======== RECORD SET

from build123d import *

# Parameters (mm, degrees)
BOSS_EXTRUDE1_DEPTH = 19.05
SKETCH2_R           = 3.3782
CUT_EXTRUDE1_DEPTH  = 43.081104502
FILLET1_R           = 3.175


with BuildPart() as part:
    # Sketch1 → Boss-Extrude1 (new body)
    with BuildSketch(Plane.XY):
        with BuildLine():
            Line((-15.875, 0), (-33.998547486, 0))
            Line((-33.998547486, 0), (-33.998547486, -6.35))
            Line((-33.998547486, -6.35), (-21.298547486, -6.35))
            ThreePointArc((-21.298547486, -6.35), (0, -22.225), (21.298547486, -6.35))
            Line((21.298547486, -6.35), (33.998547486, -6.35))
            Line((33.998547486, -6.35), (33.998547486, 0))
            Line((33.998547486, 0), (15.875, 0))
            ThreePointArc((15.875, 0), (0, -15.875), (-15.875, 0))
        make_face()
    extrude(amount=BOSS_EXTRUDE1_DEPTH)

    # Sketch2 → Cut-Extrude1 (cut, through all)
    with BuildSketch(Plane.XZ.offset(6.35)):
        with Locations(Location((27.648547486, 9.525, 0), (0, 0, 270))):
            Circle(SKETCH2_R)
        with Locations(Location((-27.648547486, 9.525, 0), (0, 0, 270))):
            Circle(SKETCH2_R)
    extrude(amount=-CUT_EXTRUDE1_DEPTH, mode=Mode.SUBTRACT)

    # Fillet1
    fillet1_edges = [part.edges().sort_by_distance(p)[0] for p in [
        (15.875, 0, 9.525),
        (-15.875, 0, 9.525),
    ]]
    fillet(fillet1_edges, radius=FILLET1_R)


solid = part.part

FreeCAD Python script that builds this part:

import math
import FreeCAD as App
import Part
import Sketcher
from FreeCAD import Vector
Q = App.Units.Quantity


def edges_at(feature, points):
    """Names of the edges that pass closest to the given points."""
    edges = feature.Shape.Edges
    near = lambda p: min(range(len(edges)), key=lambda i: edges[i].distToShape(Part.Vertex(*p))[0])
    return sorted({f"Edge{near(p) + 1}" for p in points})

doc = App.newDocument("Part")
body = doc.addObject("PartDesign::Body", "Body")

sketch1 = body.newObject("Sketcher::SketchObject", "Sketch")
sketch1.AttachmentSupport = (doc.getObject("XY_Plane"), [""])
sketch1.MapMode = "FlatFace"
sketch1.addGeometry([
    Part.LineSegment(Vector(-16, 0, 0), Vector(-34, 0, 0)),
    Part.LineSegment(Vector(-34, 0, 0), Vector(-34, -6, 0)),
    Part.LineSegment(Vector(-34, -6, 0), Vector(-21, -6, 0)),
    Part.ArcOfCircle(Part.Circle(Vector(0, 0, 0), Vector(0, 0, 1), 22), math.radians(-163), math.radians(-17)),
    Part.LineSegment(Vector(21, -6, 0), Vector(34, -6, 0)),
    Part.LineSegment(Vector(34, -6, 0), Vector(34, 0, 0)),
    Part.LineSegment(Vector(34, 0, 0), Vector(16, 0, 0)),
    Part.ArcOfCircle(Part.Circle(Vector(0, 0, 0), Vector(0, 0, 1), 16), math.radians(180), math.radians(360)),
], False)
sketch1.addConstraint([
    Sketcher.Constraint("Coincident", 0, 2, 1, 1),
    Sketcher.Constraint("Coincident", 1, 2, 2, 1),
    Sketcher.Constraint("Coincident", 2, 2, 3, 1),
    Sketcher.Constraint("Coincident", 3, 2, 4, 1),
    Sketcher.Constraint("Coincident", 4, 2, 5, 1),
    Sketcher.Constraint("Coincident", 5, 2, 6, 1),
    Sketcher.Constraint("Coincident", 6, 2, 7, 2),
    Sketcher.Constraint("Coincident", 7, 1, 0, 1),
    Sketcher.Constraint("Horizontal", 0),
    Sketcher.Constraint("Vertical", 1),
    Sketcher.Constraint("Horizontal", 2),
    Sketcher.Constraint("Horizontal", 4),
    Sketcher.Constraint("Vertical", 5),
    Sketcher.Constraint("Horizontal", 6),
    Sketcher.Constraint("Coincident", 3, 3, -1, 1),
    Sketcher.Constraint("Coincident", 7, 3, -1, 1),
    Sketcher.Constraint("Symmetric", 0, 2, 5, 2, -1, 1),
    Sketcher.Constraint("PointOnObject", 0, 2, -1),
    Sketcher.Constraint("Horizontal", 2, 2, 3, 2),
    Sketcher.Constraint("DistanceX", 2, 1, 2, 2, Q("0.5 in")),
    Sketcher.Constraint("Radius", 3, Q("0.875 in")),
    Sketcher.Constraint("Radius", 7, Q("0.625 in")),
    Sketcher.Constraint("DistanceY", 1, 2, 1, 1, Q("0.25 in")),
])
pad1 = body.newObject("PartDesign::Pad", "Pad")
pad1.Profile = sketch1
pad1.Length = Q("0.75 in")

sketch2 = body.newObject("Sketcher::SketchObject", "Sketch001")
sketch2.AttachmentSupport = (doc.getObject("XZ_Plane"), [""])
sketch2.MapMode = "FlatFace"
sketch2.AttachmentOffset = App.Placement(Vector(0, 0, 0.25 * 25.4), App.Rotation())
sketch2.addGeometry([
    Part.Circle(Vector(27.6, 9.5, 0), Vector(0, 0, 1), 3.4),
    Part.Circle(Vector(-27.6, 9.5, 0), Vector(0, 0, 1), 3.4),
], False)
sketch2.addConstraint([
    Sketcher.Constraint("Equal", 0, 1),
    Sketcher.Constraint("Symmetric", 0, 3, 1, 3, -2),
    Sketcher.Constraint("Diameter", 0, Q("0.266 in")),
    Sketcher.Constraint("DistanceY", -1, 1, 0, 3, Q("0.375 in")),
    Sketcher.Constraint("DistanceX", -1, 1, 0, 3, 27.648547),
])
pocket1 = body.newObject("PartDesign::Pocket", "Pocket")
pocket1.Profile = sketch2
pocket1.Type = "ThroughAll"
doc.recompute()

fillet = body.newObject("PartDesign::Fillet", "Fillet")
fillet.Base = (pocket1, edges_at(pocket1, [(15.875, 0, 9.525), (-15.875, 0, 9.525)]))
fillet.Radius = Q("0.125 in")

doc.recompute()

================

### TASK DETAILS:
Could you output every record above exactly as written?

### ANSWER BOX:
from build123d import *

# Parameters (mm, degrees)
BOSS_EXTRUDE1_DEPTH = 19.05
SKETCH2_R           = 3.3782
CUT_EXTRUDE1_DEPTH  = 43.081104502
FILLET1_R           = 3.175


with BuildPart() as part:
    # Sketch1 → Boss-Extrude1 (new body)
    with BuildSketch(Plane.XY):
        with BuildLine():
            Line((-15.875, 0), (-33.998547486, 0))
            Line((-33.998547486, 0), (-33.998547486, -6.35))
            Line((-33.998547486, -6.35), (-21.298547486, -6.35))
            ThreePointArc((-21.298547486, -6.35), (0, -22.225), (21.298547486, -6.35))
            Line((21.298547486, -6.35), (33.998547486, -6.35))
            Line((33.998547486, -6.35), (33.998547486, 0))
            Line((33.998547486, 0), (15.875, 0))
            ThreePointArc((15.875, 0), (0, -15.875), (-15.875, 0))
        make_face()
    extrude(amount=BOSS_EXTRUDE1_DEPTH)

    # Sketch2 → Cut-Extrude1 (cut, through all)
    with BuildSketch(Plane.XZ.offset(6.35)):
        with Locations(Location((27.648547486, 9.525, 0), (0, 0, 270))):
            Circle(SKETCH2_R)
        with Locations(Location((-27.648547486, 9.525, 0), (0, 0, 270))):
            Circle(SKETCH2_R)
    extrude(amount=-CUT_EXTRUDE1_DEPTH, mode=Mode.SUBTRACT)

    # Fillet1
    fillet1_edges = [part.edges().sort_by_distance(p)[0] for p in [
        (15.875, 0, 9.525),
        (-15.875, 0, 9.525),
    ]]
    fillet(fillet1_edges, radius=FILLET1_R)


solid = part.part

FreeCAD Python script that builds this part:

import math
import FreeCAD as App
import Part
import Sketcher
from FreeCAD import Vector
Q = App.Units.Quantity


def edges_at(feature, points):
    """Names of the edges that pass closest to the given points."""
    edges = feature.Shape.Edges
    near = lambda p: min(range(len(edges)), key=lambda i: edges[i].distToShape(Part.Vertex(*p))[0])
    return sorted({f"Edge{near(p) + 1}" for p in points})

doc = App.newDocument("Part")
body = doc.addObject("PartDesign::Body", "Body")

sketch1 = body.newObject("Sketcher::SketchObject", "Sketch")
sketch1.AttachmentSupport = (doc.getObject("XY_Plane"), [""])
sketch1.MapMode = "FlatFace"
sketch1.addGeometry([
    Part.LineSegment(Vector(-16, 0, 0), Vector(-34, 0, 0)),
    Part.LineSegment(Vector(-34, 0, 0), Vector(-34, -6, 0)),
    Part.LineSegment(Vector(-34, -6, 0), Vector(-21, -6, 0)),
    Part.ArcOfCircle(Part.Circle(Vector(0, 0, 0), Vector(0, 0, 1), 22), math.radians(-163), math.radians(-17)),
    Part.LineSegment(Vector(21, -6, 0), Vector(34, -6, 0)),
    Part.LineSegment(Vector(34, -6, 0), Vector(34, 0, 0)),
    Part.LineSegment(Vector(34, 0, 0), Vector(16, 0, 0)),
    Part.ArcOfCircle(Part.Circle(Vector(0, 0, 0), Vector(0, 0, 1), 16), math.radians(180), math.radians(360)),
], False)
sketch1.addConstraint([
    Sketcher.Constraint("Coincident", 0, 2, 1, 1),
    Sketcher.Constraint("Coincident", 1, 2, 2, 1),
    Sketcher.Constraint("Coincident", 2, 2, 3, 1),
    Sketcher.Constraint("Coincident", 3, 2, 4, 1),
    Sketcher.Constraint("Coincident", 4, 2, 5, 1),
    Sketcher.Constraint("Coincident", 5, 2, 6, 1),
    Sketcher.Constraint("Coincident", 6, 2, 7, 2),
    Sketcher.Constraint("Coincident", 7, 1, 0, 1),
    Sketcher.Constraint("Horizontal", 0),
    Sketcher.Constraint("Vertical", 1),
    Sketcher.Constraint("Horizontal", 2),
    Sketcher.Constraint("Horizontal", 4),
    Sketcher.Constraint("Vertical", 5),
    Sketcher.Constraint("Horizontal", 6),
    Sketcher.Constraint("Coincident", 3, 3, -1, 1),
    Sketcher.Constraint("Coincident", 7, 3, -1, 1),
    Sketcher.Constraint("Symmetric", 0, 2, 5, 2, -1, 1),
    Sketcher.Constraint("PointOnObject", 0, 2, -1),
    Sketcher.Constraint("Horizontal", 2, 2, 3, 2),
    Sketcher.Constraint("DistanceX", 2, 1, 2, 2, Q("0.5 in")),
    Sketcher.Constraint("Radius", 3, Q("0.875 in")),
    Sketcher.Constraint("Radius", 7, Q("0.625 in")),
    Sketcher.Constraint("DistanceY", 1, 2, 1, 1, Q("0.25 in")),
])
pad1 = body.newObject("PartDesign::Pad", "Pad")
pad1.Profile = sketch1
pad1.Length = Q("0.75 in")

sketch2 = body.newObject("Sketcher::SketchObject", "Sketch001")
sketch2.AttachmentSupport = (doc.getObject("XZ_Plane"), [""])
sketch2.MapMode = "FlatFace"
sketch2.AttachmentOffset = App.Placement(Vector(0, 0, 0.25 * 25.4), App.Rotation())
sketch2.addGeometry([
    Part.Circle(Vector(27.6, 9.5, 0), Vector(0, 0, 1), 3.4),
    Part.Circle(Vector(-27.6, 9.5, 0), Vector(0, 0, 1), 3.4),
], False)
sketch2.addConstraint([
    Sketcher.Constraint("Equal", 0, 1),
    Sketcher.Constraint("Symmetric", 0, 3, 1, 3, -2),
    Sketcher.Constraint("Diameter", 0, Q("0.266 in")),
    Sketcher.Constraint("DistanceY", -1, 1, 0, 3, Q("0.375 in")),
    Sketcher.Constraint("DistanceX", -1, 1, 0, 3, 27.648547),
])
pocket1 = body.newObject("PartDesign::Pocket", "Pocket")
pocket1.Profile = sketch2
pocket1.Type = "ThroughAll"
doc.recompute()

fillet = body.newObject("PartDesign::Fillet", "Fillet")
fillet.Base = (pocket1, edges_at(pocket1, [(15.875, 0, 9.525), (-15.875, 0, 9.525)]))
fillet.Radius = Q("0.125 in")

doc.recompute()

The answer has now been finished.